Extracellular matrix (ECM) remodelling: Alterations in collagen types, elastin degradation, and matrix metalloproteinase activity change tissue stiffness and elasticity.
Microcirculatory and lymphatic dysfunction: Impaired blood flow, venous stasis or lymphatic drainage can lead to interstitial fluid accumulation, hypoxia, and low-grade inflammation, which further modifies ECM and septal structure.
Low-grade inflammation: Inflammatory mediators and macrophage infiltration may accompany ECM remodelling and fat hypertrophy, contributing to structural change rather than being a primary cause.

Genetic and hormonal influences

Genes: Polymorphisms in ACE and HIF1A have been associated with differences in connective tissue response and hypoxic signalling in adipose tissue.
Hormones: Oestrogens, catecholamines, insulin, thyroid hormones and prolactin influence fat distribution, microcirculation and ECM turnover. The precise causal links remain under study.

Clinical correlation and grading

Superficial dimpling (grade III) often corresponds to small depressions tied to taut septae and mild lobular hypertrophy.
Deeper nodularity (grade III) may involve fibrotic septae, more pronounced lobule enlargement and ECM stiffening.

Treatments and their mechanisms (overview)
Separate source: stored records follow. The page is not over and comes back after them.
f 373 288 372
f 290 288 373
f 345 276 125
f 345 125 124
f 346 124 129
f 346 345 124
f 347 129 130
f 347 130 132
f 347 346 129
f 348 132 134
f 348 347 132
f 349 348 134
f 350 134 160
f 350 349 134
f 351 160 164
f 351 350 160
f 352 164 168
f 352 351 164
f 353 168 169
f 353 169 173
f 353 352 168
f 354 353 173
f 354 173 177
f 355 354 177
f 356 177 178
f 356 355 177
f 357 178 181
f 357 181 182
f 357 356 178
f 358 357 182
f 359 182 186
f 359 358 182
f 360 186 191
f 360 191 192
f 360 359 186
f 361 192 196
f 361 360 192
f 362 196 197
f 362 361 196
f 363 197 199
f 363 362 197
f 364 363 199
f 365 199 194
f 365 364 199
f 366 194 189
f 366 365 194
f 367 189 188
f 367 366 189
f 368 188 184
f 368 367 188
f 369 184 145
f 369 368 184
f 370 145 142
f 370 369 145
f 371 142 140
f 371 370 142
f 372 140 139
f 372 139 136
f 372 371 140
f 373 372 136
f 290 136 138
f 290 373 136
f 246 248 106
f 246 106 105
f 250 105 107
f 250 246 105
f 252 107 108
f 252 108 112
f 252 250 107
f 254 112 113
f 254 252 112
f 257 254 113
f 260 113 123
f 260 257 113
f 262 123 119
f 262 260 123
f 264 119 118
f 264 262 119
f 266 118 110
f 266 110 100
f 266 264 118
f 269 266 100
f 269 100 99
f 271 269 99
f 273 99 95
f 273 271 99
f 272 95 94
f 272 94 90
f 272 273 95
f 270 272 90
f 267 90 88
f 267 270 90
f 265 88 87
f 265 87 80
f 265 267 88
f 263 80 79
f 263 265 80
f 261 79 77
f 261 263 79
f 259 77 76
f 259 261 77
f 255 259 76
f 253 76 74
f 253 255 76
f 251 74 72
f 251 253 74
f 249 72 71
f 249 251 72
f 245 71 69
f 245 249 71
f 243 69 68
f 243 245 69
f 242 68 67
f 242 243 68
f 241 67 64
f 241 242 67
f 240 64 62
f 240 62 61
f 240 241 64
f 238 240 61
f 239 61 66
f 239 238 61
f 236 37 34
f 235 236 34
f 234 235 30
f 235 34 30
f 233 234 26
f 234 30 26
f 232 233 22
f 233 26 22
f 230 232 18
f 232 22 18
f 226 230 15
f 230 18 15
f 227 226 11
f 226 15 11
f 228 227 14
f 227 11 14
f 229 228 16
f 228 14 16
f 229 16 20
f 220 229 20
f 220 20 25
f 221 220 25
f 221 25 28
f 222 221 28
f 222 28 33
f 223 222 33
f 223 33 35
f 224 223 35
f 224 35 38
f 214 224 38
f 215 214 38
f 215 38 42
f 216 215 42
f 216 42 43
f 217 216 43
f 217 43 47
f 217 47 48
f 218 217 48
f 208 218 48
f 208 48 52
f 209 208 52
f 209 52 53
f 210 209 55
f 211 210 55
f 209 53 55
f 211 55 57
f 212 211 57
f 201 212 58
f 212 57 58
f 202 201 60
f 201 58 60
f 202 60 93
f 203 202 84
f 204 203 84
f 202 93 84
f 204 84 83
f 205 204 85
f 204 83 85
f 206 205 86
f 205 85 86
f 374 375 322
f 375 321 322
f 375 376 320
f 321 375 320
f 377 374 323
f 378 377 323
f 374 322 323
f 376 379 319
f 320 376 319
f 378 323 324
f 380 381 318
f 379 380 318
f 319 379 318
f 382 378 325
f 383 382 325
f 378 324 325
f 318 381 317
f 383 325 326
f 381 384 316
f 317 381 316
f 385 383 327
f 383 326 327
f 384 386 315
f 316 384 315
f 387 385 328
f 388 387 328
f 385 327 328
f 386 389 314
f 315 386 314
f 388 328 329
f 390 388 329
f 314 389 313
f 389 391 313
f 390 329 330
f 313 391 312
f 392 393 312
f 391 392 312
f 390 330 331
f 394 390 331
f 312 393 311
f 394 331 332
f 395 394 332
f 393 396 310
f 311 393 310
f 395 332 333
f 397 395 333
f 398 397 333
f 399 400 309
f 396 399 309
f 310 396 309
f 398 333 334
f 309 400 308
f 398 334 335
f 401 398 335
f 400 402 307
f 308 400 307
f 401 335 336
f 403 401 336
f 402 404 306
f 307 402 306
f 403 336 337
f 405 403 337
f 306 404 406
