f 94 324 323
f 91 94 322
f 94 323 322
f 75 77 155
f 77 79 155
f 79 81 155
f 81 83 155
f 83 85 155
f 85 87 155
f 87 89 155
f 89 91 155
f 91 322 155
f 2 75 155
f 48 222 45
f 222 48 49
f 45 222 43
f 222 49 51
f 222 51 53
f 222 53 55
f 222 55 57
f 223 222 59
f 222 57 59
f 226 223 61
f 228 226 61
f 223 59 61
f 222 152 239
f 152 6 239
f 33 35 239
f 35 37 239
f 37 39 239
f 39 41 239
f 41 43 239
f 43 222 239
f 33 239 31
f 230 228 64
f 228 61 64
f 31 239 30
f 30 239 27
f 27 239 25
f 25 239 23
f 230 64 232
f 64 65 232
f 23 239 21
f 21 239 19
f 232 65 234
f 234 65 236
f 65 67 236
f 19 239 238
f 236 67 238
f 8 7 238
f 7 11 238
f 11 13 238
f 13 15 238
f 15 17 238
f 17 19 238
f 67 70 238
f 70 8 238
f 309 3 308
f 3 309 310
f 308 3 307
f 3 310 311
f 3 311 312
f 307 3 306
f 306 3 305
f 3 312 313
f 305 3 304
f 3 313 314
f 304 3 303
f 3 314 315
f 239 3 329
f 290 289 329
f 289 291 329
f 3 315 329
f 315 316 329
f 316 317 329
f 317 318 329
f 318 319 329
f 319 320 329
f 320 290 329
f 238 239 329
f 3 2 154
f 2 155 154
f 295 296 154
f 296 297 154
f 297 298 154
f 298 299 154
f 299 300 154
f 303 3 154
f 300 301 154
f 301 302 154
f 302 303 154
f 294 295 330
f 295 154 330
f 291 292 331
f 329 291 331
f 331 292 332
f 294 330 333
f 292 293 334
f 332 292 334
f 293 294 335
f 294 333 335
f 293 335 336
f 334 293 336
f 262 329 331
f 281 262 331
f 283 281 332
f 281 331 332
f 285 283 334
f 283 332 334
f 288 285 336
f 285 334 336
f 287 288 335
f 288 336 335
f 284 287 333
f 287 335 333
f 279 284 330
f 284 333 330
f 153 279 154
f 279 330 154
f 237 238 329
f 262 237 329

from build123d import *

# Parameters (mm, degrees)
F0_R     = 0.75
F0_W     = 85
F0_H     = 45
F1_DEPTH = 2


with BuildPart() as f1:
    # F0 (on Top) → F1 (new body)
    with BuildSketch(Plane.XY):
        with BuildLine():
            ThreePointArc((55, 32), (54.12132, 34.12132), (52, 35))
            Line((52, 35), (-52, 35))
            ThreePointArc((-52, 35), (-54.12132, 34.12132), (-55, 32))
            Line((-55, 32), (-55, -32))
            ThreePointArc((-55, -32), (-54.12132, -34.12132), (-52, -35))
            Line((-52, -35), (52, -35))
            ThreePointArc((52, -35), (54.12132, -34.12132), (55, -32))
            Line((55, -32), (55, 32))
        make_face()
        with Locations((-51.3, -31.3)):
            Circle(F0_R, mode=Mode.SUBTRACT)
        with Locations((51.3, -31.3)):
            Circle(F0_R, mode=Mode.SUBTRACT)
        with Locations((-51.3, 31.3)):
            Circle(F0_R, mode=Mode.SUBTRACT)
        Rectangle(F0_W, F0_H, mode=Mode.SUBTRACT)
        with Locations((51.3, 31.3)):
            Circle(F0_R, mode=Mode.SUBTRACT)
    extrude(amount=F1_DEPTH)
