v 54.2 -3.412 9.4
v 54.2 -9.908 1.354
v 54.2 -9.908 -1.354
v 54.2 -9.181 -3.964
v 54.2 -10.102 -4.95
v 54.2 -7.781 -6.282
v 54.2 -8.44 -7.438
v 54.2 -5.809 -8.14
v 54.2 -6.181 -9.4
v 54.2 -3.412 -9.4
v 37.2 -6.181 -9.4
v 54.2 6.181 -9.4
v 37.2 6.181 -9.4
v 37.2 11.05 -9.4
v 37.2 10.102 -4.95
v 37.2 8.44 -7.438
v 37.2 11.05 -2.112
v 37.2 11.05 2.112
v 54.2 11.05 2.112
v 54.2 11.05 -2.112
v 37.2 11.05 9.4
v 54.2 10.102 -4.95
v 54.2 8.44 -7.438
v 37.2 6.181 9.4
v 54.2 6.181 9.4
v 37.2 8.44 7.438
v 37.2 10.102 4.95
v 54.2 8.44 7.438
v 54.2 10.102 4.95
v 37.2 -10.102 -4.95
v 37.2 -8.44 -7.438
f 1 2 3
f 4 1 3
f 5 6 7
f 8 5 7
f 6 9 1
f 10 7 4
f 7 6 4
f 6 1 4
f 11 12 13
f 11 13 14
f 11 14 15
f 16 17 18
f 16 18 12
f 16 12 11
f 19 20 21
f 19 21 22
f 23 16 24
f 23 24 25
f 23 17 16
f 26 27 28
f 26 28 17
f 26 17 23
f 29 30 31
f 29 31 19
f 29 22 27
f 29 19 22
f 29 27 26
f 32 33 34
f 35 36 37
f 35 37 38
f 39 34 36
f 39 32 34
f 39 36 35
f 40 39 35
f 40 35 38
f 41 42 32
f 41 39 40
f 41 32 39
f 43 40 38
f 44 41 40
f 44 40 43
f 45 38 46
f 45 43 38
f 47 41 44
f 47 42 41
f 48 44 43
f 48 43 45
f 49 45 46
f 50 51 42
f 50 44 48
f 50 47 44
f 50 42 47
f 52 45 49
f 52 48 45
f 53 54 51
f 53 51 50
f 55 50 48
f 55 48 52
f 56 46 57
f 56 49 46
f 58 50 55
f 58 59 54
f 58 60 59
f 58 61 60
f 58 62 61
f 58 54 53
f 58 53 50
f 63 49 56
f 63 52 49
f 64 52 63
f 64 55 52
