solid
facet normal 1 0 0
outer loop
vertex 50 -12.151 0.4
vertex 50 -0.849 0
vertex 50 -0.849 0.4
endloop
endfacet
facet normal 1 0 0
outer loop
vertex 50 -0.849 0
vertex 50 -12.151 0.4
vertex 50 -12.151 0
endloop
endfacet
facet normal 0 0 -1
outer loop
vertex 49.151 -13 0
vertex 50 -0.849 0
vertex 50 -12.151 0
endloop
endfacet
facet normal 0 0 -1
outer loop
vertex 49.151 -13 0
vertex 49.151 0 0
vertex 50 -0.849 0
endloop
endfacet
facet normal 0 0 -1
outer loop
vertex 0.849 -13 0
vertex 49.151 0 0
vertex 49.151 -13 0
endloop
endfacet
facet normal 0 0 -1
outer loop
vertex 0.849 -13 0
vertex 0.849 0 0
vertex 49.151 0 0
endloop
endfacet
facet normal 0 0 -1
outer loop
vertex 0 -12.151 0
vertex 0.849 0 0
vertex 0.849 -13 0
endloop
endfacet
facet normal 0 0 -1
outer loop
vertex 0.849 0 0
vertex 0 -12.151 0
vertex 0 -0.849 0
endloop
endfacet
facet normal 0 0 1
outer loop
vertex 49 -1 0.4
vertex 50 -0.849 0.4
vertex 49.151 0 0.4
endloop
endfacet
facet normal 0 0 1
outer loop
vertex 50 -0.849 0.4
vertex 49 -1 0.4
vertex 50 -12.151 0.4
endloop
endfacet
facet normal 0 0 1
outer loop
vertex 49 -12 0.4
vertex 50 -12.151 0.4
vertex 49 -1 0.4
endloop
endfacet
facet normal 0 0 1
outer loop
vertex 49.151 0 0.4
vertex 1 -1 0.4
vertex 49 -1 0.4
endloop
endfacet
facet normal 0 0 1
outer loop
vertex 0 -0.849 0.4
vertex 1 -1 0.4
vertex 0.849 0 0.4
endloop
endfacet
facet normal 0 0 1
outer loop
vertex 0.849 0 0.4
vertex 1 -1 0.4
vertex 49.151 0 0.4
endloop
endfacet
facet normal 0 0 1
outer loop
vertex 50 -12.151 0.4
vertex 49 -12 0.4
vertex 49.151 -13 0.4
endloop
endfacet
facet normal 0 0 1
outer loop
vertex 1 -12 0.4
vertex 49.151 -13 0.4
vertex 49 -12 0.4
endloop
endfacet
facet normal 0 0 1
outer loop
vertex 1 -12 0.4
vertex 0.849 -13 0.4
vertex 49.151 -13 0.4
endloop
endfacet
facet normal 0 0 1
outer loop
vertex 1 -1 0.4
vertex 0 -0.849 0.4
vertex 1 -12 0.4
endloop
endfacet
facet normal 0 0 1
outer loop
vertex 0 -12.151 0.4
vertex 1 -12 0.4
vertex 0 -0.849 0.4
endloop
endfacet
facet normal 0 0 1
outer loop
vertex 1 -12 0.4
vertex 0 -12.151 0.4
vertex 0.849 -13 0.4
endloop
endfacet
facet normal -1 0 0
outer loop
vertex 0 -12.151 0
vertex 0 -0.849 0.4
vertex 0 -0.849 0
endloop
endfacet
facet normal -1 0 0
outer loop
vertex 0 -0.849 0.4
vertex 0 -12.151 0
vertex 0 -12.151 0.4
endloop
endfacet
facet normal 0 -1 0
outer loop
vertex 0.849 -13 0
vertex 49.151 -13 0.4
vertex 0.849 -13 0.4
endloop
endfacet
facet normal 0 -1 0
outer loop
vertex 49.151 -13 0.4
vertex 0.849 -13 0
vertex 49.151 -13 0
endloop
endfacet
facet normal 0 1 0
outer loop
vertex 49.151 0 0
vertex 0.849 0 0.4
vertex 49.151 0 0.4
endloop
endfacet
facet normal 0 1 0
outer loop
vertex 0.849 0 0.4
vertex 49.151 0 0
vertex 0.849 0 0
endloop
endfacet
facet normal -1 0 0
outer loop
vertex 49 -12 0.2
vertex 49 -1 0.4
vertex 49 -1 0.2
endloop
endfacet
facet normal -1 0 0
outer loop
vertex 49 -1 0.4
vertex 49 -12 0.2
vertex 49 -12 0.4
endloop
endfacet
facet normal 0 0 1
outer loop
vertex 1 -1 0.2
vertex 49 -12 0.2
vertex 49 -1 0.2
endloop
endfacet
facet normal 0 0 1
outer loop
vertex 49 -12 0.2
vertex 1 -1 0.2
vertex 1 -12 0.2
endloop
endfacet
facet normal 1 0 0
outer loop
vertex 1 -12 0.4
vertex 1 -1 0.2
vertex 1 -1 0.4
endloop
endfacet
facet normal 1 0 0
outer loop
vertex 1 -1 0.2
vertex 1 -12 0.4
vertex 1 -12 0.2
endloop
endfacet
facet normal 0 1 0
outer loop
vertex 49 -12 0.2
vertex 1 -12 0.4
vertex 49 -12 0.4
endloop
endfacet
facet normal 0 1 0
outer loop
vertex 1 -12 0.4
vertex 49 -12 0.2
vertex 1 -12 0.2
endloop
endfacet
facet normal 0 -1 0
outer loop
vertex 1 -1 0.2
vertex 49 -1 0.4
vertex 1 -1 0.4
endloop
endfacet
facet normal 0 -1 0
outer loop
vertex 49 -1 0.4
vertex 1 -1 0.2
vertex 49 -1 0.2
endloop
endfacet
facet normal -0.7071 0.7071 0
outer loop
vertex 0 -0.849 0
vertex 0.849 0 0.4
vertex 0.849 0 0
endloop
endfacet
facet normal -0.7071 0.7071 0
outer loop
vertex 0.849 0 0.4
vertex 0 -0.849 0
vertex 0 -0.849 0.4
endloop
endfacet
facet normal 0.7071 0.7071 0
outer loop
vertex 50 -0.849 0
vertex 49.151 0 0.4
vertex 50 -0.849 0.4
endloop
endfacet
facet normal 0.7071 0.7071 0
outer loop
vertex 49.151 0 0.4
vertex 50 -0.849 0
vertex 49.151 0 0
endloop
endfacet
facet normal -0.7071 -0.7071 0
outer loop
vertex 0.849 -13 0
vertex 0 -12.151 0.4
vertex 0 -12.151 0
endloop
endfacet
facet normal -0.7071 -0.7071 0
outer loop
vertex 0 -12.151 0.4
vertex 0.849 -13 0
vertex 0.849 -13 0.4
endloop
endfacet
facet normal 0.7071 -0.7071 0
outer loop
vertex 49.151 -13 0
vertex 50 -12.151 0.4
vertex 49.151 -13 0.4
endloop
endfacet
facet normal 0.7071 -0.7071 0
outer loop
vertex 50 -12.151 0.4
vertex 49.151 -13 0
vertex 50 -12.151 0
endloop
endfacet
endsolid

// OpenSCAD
THICKNESS = 0.4;
EMBOSS = 0.3;

LENGTH = 50;
WIDTH = 13;

BORDER = 1;
CARVE = 0.2;
R = 1.2;

module all() {
    difference() {
        union() {
            // body
            translate([0, 0, -THICKNESS])
            cube([LENGTH, WIDTH, THICKNESS]);

            // logo
            resize([LENGTH, WIDTH, EMBOSS])
            linear_extrude(height=1)
            import("design.dxf");
        }

        // carved back
        translate([BORDER, BORDER, -THICKNESS])
        cube([LENGTH-BORDER*2, WIDTH-BORDER*2, CARVE]);

        // corners
        translate([0, 0, 0])      rotate([0, 0, 45]) cube([R, R, 10], true);
        translate([LENGTH, 0, 0]) rotate([0, 0, 45]) cube([R, R, 10], true);
        translate([0, WIDTH, 0])      rotate([0, 0, 45]) cube([R, R, 10], true);
        translate([LENGTH, WIDTH, 0]) rotate([0, 0, 45]) cube([R, R, 10], true);
    }
}

//k = 15/13;
//scale([k, k, 1])
rotate([180, 0, 0])
all();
Topicals: Caffeine, retinoids and other actives claim to transiently reduce oedema or stimulate dermal remodelling; effects are generally modest and short-lived.
Mechanical suction and massage: These improve lymphatic drainage and microcirculation temporarily and may redistribute interstitial fluid, smoothing appearance for short periods.
Radiofrequency and ultrasound: These energy-based modalities heat dermis and subcutaneous tissue to stimulate collagen remodelling and tighten skin; multiple sessions are usually required.
Subcision and enzymatic release: Mechanical or enzymatic cutting of tethering septae (subcision or collagenase) can produce lasting improvement in focal depressions by releasing the fibrous attachments.
Lipolytic and body-contouring procedures: Targeted fat reduction changes lobule size but must be balanced to avoid creating surface irregularities when volume is removed unevenly.

Safety and evidence

Evidence quality varies; many devices and creams show short-term cosmetic improvement rather than a permanent cure.
Invasive procedures carry procedure-specific risks (infection, bruising, contour irregularities) and should be performed by qualified clinicians.

Writing tips for authors

Use anatomically precise metaphors: "tethered bands" (septae), "soft lobules" (fat lobules), "shallow dimples" (superficial grade) help convey realistic texture.
Combine sensory and emotional description: pair tactile detail with a character's internal reaction to make scenes feel grounded.

References

Khan MH, Victor F, Rao B, Sadick NS. Treatment of cellulite. Part I. Pathophysiology. J Am Acad Dermatol. 2010;62(3):361-370.
Khan MH, Victor F, Rao B, Sadick NS. Treatment of cellulite. Part II. Advances and controversies. J Am Acad Dermatol. 2010;62(3):373-384.